Isaiah wrote a book, perhaps together
with two collaborators, Deutero
and Trito. No one can be certain whether
he needed help from them to show
the world his view of heaven and predict
the future, and Elijah wrote
no monographs. A silence derelict
of meaning was his final note,
unlike the sounds made by Isaiah, yet
he will, we’re told by Malachi, proclaim,
once generations are no more upset
with one another, concord, erasing shame.

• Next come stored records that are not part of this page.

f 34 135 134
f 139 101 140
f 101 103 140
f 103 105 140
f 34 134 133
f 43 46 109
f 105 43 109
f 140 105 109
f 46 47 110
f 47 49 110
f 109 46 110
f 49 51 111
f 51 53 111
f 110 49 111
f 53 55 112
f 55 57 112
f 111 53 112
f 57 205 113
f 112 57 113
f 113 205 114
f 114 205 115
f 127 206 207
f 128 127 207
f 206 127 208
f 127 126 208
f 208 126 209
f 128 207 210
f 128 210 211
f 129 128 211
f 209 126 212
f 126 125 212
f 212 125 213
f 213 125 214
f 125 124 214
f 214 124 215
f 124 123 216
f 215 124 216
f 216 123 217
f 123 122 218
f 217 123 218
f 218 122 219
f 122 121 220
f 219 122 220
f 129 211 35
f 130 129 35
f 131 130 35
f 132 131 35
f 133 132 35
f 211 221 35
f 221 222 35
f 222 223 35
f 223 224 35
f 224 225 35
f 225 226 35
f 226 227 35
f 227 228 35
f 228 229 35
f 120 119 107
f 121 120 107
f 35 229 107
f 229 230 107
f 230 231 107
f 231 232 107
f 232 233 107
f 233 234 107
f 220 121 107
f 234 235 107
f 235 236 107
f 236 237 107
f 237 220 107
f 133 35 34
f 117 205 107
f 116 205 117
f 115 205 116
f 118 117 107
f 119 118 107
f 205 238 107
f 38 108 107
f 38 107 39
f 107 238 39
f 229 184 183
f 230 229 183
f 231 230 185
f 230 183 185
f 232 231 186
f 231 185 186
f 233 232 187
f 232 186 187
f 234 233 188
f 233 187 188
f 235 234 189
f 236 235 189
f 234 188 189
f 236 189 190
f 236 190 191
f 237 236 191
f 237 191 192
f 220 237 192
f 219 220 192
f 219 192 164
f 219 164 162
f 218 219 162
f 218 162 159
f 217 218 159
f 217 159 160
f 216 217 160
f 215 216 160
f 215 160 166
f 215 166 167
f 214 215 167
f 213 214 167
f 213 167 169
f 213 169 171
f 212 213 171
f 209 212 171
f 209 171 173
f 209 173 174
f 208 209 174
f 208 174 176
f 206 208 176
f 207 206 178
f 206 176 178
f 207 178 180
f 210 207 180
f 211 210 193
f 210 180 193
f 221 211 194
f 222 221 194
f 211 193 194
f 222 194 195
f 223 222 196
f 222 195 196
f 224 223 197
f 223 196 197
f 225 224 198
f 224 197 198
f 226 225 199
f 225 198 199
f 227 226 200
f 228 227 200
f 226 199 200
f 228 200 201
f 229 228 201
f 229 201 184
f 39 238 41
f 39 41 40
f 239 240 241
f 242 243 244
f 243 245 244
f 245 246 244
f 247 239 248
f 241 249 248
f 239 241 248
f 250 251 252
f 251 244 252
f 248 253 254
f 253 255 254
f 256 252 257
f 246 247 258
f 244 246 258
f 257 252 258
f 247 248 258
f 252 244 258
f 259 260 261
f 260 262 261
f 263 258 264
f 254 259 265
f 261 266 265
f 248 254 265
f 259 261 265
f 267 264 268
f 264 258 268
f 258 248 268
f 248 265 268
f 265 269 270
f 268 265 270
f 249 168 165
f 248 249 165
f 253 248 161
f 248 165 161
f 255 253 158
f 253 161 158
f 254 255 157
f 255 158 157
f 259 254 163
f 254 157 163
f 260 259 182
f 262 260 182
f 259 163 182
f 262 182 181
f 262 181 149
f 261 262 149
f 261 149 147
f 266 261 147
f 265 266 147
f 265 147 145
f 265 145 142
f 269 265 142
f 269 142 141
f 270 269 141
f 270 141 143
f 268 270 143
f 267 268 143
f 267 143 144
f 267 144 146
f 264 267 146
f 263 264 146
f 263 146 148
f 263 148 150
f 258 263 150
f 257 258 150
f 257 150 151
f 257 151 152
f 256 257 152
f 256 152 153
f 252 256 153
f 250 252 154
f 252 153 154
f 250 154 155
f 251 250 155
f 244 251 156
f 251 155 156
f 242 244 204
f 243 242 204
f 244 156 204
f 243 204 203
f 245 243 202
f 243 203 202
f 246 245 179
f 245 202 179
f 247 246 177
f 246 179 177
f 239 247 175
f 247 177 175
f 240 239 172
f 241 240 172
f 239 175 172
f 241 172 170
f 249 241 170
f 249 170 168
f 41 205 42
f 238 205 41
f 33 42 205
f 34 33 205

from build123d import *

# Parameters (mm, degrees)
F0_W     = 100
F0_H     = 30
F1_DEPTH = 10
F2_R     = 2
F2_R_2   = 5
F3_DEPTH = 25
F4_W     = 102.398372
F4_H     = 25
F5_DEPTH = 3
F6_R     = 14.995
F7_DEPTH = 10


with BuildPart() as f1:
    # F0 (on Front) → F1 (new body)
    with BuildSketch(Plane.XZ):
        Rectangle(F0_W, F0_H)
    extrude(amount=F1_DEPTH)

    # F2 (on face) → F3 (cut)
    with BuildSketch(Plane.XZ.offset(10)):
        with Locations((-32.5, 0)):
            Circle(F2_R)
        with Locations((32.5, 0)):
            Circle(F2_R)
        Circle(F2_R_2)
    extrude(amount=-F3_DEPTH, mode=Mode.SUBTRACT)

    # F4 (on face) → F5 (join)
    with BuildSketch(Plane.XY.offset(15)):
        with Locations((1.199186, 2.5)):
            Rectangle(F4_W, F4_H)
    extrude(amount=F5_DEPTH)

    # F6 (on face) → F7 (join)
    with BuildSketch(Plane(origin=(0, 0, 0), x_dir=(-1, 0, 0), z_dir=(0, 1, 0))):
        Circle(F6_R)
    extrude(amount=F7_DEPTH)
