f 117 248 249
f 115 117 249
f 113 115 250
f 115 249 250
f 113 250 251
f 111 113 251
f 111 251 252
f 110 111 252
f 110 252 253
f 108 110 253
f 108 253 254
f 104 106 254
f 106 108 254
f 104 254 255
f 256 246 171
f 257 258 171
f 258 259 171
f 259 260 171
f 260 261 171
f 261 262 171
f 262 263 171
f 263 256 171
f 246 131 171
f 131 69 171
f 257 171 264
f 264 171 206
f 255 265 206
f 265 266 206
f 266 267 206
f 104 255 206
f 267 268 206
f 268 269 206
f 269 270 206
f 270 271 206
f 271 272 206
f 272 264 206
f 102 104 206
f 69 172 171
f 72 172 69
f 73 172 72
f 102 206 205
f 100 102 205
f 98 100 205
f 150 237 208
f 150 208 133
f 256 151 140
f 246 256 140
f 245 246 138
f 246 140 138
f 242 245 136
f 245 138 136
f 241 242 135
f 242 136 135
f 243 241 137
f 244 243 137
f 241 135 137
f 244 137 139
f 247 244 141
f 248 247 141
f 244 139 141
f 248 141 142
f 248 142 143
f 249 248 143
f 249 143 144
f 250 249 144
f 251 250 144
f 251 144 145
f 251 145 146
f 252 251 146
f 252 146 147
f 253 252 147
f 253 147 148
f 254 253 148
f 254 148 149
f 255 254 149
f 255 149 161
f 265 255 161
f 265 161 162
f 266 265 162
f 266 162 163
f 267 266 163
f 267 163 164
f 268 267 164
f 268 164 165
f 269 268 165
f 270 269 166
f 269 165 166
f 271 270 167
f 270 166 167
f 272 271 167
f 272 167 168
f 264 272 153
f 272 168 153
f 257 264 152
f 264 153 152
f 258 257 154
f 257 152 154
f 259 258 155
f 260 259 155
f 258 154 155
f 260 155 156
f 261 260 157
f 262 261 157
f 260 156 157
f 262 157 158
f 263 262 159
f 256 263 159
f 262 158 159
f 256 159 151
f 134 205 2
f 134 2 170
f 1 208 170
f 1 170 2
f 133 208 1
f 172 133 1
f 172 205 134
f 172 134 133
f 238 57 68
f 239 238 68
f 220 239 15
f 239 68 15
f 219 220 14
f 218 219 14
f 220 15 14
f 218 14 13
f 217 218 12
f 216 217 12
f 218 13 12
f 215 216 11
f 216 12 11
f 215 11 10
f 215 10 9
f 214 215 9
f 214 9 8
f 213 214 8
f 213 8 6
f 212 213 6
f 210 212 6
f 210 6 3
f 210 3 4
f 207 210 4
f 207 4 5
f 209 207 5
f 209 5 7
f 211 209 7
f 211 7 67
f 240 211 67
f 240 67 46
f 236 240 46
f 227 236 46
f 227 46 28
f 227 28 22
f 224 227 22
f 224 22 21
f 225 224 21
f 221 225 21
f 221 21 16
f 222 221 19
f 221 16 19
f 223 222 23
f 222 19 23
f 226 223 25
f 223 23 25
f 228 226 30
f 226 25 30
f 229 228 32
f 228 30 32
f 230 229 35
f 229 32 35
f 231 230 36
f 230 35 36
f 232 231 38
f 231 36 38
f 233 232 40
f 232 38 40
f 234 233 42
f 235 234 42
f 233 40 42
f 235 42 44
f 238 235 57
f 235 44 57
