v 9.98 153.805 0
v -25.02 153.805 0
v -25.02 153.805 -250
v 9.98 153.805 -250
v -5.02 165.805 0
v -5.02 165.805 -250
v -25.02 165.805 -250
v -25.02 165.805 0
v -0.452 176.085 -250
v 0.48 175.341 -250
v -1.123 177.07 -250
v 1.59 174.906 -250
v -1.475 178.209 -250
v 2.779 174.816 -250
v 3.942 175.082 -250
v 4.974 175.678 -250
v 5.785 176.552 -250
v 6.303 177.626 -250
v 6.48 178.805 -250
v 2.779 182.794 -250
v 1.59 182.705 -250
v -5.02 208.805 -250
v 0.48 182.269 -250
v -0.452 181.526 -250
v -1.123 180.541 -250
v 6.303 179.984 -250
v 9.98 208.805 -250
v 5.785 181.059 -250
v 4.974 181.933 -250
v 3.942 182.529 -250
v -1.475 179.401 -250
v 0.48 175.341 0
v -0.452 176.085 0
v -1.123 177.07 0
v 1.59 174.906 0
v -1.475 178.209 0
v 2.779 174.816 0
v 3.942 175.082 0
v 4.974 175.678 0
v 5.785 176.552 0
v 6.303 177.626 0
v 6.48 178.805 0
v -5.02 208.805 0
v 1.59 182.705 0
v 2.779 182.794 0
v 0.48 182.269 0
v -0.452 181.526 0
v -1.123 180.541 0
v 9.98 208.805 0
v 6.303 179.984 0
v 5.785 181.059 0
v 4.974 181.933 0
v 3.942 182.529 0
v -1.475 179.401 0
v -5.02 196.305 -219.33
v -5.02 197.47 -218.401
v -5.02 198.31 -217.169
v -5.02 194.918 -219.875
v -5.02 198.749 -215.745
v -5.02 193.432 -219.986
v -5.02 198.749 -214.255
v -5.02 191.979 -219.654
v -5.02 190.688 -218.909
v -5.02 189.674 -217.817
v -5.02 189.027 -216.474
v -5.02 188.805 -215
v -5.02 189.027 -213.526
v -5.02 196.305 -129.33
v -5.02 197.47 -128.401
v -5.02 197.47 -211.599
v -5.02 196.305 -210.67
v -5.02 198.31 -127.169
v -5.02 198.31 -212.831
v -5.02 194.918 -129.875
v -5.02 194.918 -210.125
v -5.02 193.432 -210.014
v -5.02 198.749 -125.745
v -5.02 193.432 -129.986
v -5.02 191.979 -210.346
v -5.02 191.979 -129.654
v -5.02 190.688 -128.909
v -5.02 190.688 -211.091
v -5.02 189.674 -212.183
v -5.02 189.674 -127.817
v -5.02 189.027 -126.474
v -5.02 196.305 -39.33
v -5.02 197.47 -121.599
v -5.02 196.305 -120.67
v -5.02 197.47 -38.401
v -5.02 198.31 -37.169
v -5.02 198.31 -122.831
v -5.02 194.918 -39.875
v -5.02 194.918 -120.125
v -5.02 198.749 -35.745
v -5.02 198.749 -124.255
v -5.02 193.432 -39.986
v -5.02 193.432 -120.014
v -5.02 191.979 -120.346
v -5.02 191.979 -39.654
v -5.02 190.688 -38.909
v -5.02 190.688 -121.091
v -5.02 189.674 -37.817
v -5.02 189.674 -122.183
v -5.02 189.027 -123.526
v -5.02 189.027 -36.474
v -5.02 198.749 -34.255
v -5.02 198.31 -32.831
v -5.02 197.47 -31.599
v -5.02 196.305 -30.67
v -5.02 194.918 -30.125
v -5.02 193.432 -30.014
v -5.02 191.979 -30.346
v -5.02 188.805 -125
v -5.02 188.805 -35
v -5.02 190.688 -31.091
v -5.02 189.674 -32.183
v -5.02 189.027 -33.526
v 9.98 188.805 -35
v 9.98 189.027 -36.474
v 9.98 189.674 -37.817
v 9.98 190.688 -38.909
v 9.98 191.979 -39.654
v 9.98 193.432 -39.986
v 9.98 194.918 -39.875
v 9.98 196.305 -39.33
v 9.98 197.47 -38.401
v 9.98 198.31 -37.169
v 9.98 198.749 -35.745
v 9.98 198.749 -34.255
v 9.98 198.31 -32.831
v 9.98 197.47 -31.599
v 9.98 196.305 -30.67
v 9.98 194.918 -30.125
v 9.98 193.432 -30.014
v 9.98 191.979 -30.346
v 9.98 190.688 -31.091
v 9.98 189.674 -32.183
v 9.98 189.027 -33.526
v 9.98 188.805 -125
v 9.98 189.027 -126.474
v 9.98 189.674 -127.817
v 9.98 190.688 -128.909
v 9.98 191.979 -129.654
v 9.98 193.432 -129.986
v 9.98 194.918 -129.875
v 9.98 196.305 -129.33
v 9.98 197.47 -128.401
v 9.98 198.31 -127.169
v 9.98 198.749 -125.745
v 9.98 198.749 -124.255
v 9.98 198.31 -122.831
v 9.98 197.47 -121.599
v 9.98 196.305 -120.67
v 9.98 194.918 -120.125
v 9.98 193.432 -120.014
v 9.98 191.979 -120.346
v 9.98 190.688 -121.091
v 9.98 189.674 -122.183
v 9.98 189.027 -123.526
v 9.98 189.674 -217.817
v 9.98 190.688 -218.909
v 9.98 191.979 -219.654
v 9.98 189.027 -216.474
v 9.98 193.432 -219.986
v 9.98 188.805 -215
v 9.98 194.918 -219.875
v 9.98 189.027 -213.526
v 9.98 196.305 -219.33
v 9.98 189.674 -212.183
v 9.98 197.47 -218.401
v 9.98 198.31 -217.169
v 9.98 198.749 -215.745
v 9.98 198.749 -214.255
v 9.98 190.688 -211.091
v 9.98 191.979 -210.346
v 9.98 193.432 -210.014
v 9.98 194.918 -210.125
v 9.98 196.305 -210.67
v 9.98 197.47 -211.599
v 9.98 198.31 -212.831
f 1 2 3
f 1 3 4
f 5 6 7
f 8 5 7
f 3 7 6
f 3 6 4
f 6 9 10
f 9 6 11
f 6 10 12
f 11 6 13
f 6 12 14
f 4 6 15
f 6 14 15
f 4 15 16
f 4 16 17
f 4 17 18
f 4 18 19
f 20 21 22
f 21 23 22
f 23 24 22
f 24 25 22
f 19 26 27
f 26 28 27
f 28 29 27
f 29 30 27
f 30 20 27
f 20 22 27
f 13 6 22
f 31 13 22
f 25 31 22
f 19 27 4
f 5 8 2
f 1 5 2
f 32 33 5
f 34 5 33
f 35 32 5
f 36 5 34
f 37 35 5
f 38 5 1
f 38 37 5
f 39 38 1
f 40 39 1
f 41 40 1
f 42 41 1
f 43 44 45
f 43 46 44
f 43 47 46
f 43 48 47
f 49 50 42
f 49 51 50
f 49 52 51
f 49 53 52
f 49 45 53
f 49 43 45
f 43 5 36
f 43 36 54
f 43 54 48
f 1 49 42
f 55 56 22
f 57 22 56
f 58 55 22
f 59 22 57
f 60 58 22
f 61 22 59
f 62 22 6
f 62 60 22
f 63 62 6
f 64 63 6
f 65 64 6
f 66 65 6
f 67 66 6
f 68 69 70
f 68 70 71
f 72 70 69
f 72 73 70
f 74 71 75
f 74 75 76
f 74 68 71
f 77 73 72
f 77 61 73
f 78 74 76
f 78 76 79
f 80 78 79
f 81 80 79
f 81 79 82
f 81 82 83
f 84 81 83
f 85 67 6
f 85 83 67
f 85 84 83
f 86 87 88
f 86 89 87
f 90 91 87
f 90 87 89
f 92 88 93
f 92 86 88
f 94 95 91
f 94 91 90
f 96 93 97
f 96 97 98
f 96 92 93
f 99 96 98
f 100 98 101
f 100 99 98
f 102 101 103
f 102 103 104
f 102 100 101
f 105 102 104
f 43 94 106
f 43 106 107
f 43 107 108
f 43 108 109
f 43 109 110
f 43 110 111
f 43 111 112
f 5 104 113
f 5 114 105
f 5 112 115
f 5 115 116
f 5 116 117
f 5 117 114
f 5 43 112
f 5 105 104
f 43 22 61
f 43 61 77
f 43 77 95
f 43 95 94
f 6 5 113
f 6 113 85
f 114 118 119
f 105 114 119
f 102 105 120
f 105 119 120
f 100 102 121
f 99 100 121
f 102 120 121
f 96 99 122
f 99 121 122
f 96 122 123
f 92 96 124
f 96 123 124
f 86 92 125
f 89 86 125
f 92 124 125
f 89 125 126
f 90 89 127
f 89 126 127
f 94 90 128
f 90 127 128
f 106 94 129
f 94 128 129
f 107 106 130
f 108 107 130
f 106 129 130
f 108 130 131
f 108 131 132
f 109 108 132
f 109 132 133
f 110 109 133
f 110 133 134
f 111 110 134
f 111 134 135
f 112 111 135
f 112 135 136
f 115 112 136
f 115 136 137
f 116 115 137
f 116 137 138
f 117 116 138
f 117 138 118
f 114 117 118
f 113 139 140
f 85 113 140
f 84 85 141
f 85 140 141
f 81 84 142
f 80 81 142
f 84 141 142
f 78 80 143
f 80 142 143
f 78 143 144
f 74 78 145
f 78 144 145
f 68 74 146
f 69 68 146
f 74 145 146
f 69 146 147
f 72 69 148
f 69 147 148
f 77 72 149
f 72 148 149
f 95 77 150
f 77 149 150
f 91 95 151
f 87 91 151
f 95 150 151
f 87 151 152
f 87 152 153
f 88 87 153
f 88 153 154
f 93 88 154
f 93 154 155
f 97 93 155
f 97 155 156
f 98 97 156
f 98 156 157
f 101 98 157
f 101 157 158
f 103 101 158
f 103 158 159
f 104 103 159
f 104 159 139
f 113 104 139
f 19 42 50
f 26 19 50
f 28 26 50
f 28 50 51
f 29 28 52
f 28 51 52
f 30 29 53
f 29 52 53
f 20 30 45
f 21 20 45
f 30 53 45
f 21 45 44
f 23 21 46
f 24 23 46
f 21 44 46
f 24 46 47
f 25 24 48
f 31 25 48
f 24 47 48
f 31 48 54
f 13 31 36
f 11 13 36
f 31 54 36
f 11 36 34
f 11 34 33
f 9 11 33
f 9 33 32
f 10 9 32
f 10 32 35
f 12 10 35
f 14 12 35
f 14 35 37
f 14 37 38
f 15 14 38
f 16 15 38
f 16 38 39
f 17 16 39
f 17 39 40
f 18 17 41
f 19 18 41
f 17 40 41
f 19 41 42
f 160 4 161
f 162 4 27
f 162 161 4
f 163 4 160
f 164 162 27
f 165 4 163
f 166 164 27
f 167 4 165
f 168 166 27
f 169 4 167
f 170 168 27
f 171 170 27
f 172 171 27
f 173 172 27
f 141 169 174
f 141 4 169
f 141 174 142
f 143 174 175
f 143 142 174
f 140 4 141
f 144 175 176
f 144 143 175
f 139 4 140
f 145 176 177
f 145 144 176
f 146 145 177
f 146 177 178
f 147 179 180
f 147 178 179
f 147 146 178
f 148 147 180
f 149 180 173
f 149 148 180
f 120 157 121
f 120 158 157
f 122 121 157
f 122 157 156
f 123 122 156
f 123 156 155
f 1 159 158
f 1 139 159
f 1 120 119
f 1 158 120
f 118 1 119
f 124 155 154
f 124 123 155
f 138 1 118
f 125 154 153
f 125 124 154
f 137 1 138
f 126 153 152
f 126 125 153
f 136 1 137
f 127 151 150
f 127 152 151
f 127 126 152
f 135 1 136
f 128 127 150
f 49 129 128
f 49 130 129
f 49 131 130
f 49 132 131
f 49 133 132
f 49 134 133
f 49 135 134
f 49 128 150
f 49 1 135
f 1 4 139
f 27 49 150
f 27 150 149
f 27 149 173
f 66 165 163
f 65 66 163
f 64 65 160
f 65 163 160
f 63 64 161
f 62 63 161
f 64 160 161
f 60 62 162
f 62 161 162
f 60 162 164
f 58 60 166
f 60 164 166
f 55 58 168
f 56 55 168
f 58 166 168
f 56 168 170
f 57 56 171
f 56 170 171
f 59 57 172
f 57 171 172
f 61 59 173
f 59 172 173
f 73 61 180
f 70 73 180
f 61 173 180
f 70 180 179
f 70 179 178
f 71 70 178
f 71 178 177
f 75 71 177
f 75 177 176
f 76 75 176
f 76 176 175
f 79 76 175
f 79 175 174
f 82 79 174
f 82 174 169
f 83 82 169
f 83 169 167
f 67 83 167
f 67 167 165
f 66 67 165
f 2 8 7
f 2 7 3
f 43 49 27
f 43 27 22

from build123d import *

# Parameters (mm, degrees)
SKETCH_1_R                      = 4
EXTRUDE_1_DEPTH                 = 250
CUT_EXTRUDE_1_REACH             = 329.604
SKETCH_2_R                      = 5
CUT_EXTRUDE_1_DIRECTION_2_DEPTH = 328.604367435


with BuildPart() as part:
    # 草圖1 → 填料-伸長1 (new body)
    with BuildSketch(Plane.XY):
        Polygon((-5.019605957, 208.805223982), (-5.019605957, 165.805223982), (-25.019605957, 165.805223982), (-25.019605957, 153.805223982), (9.980394043, 153.805223982), (9.980394043, 208.805223982), align=None)
        with Locations((2.480394043, 178.805223982)):
            Circle(SKETCH_1_R, mode=Mode.SUBTRACT)
    extrude(amount=-EXTRUDE_1_DEPTH)

    # 草圖2 → 除料-伸長1 (cut, up to next)
    with BuildSketch(Plane(origin=(9.980394043, 0, 0), x_dir=(0, 0, -1), z_dir=(1, 0, 0)), mode=Mode.PRIVATE) as cut_extrude_1_sk1:
        with Locations(Location((35, 193.805223982, 0), (0, 0, 270))):
            Circle(SKETCH_2_R)
    cut_extrude_1_tool1 = extrude(cut_extrude_1_sk1.sketch, amount=-CUT_EXTRUDE_1_REACH, mode=Mode.PRIVATE) & part.part
    # 草圖2 → 除料-伸長1 (cut, up to next)
    with BuildSketch(Plane(origin=(9.980394043, 0, 0), x_dir=(0, 0, -1), z_dir=(1, 0, 0)), mode=Mode.PRIVATE) as cut_extrude_1_sk2:
        with Locations(Location((125, 193.805223982, 0), (0, 0, 270))):
            Circle(SKETCH_2_R)
    cut_extrude_1_tool2 = extrude(cut_extrude_1_sk2.sketch, amount=-CUT_EXTRUDE_1_REACH, mode=Mode.PRIVATE) & part.part
    # 草圖2 → 除料-伸長1 (cut, up to next)
    with BuildSketch(Plane(origin=(9.980394043, 0, 0), x_dir=(0, 0, -1), z_dir=(1, 0, 0)), mode=Mode.PRIVATE) as cut_extrude_1_sk3:
        with Locations(Location((215, 193.805223982, 0), (0, 0, 270))):
            Circle(SKETCH_2_R)
    cut_extrude_1_tool3 = extrude(cut_extrude_1_sk3.sketch, amount=-CUT_EXTRUDE_1_REACH, mode=Mode.PRIVATE) & part.part
    add(cut_extrude_1_tool1.solids().sort_by_distance((9.980394, 193.805224, -35))[0], mode=Mode.SUBTRACT)
    add(cut_extrude_1_tool2.solids().sort_by_distance((9.980394, 193.805224, -125))[0], mode=Mode.SUBTRACT)
    add(cut_extrude_1_tool3.solids().sort_by_distance((9.980394, 193.805224, -215))[0], mode=Mode.SUBTRACT)

    # 草圖2 → 除料-伸長1 direction 2 (cut)
    with BuildSketch(Plane(origin=(9.980394043, 0, 0), x_dir=(0, 0, -1), z_dir=(1, 0, 0))):
        with Locations(Location((35, 193.805223982, 0), (0, 0, 270))):
            Circle(SKETCH_2_R)
        with Locations(Location((125, 193.805223982, 0), (0, 0, 270))):
            Circle(SKETCH_2_R)
        with Locations(Location((215, 193.805223982, 0), (0, 0, 270))):
            Circle(SKETCH_2_R)
    extrude(amount=CUT_EXTRUDE_1_DIRECTION_2_DEPTH, mode=Mode.SUBTRACT)


solid = part.part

The opposite I fear may happen if
the nation reelects a man who nearly drove
it off a revolutionary cliff,
and into dereliction’s deep end dove.

Malachi 3:23-24 states:

כג  הִנֵּה אָנֹכִי שֹׁלֵחַ לָכֶם, אֵת אֵלִיָּה הַנָּבִיא–לִפְנֵי, בּוֹא יוֹם יְהוָה, הַגָּדוֹל, וְהַנּוֹרָא.     23 Behold, I will send you Elijah the prophet before the coming of the great and terrible day of the LORD. 

כד  וְהֵשִׁיב לֵב-אָבוֹת עַל-בָּנִים, וְלֵב בָּנִים עַל-אֲבוֹתָם–פֶּן-אָבוֹא, וְהִכֵּיתִי אֶת-הָאָרֶץ חֵרֶם.  {ש}24 And he shall turn the heart of the fathers to the children, and the heart of the children to their fathers; lest I come and smite the land with utter destruction.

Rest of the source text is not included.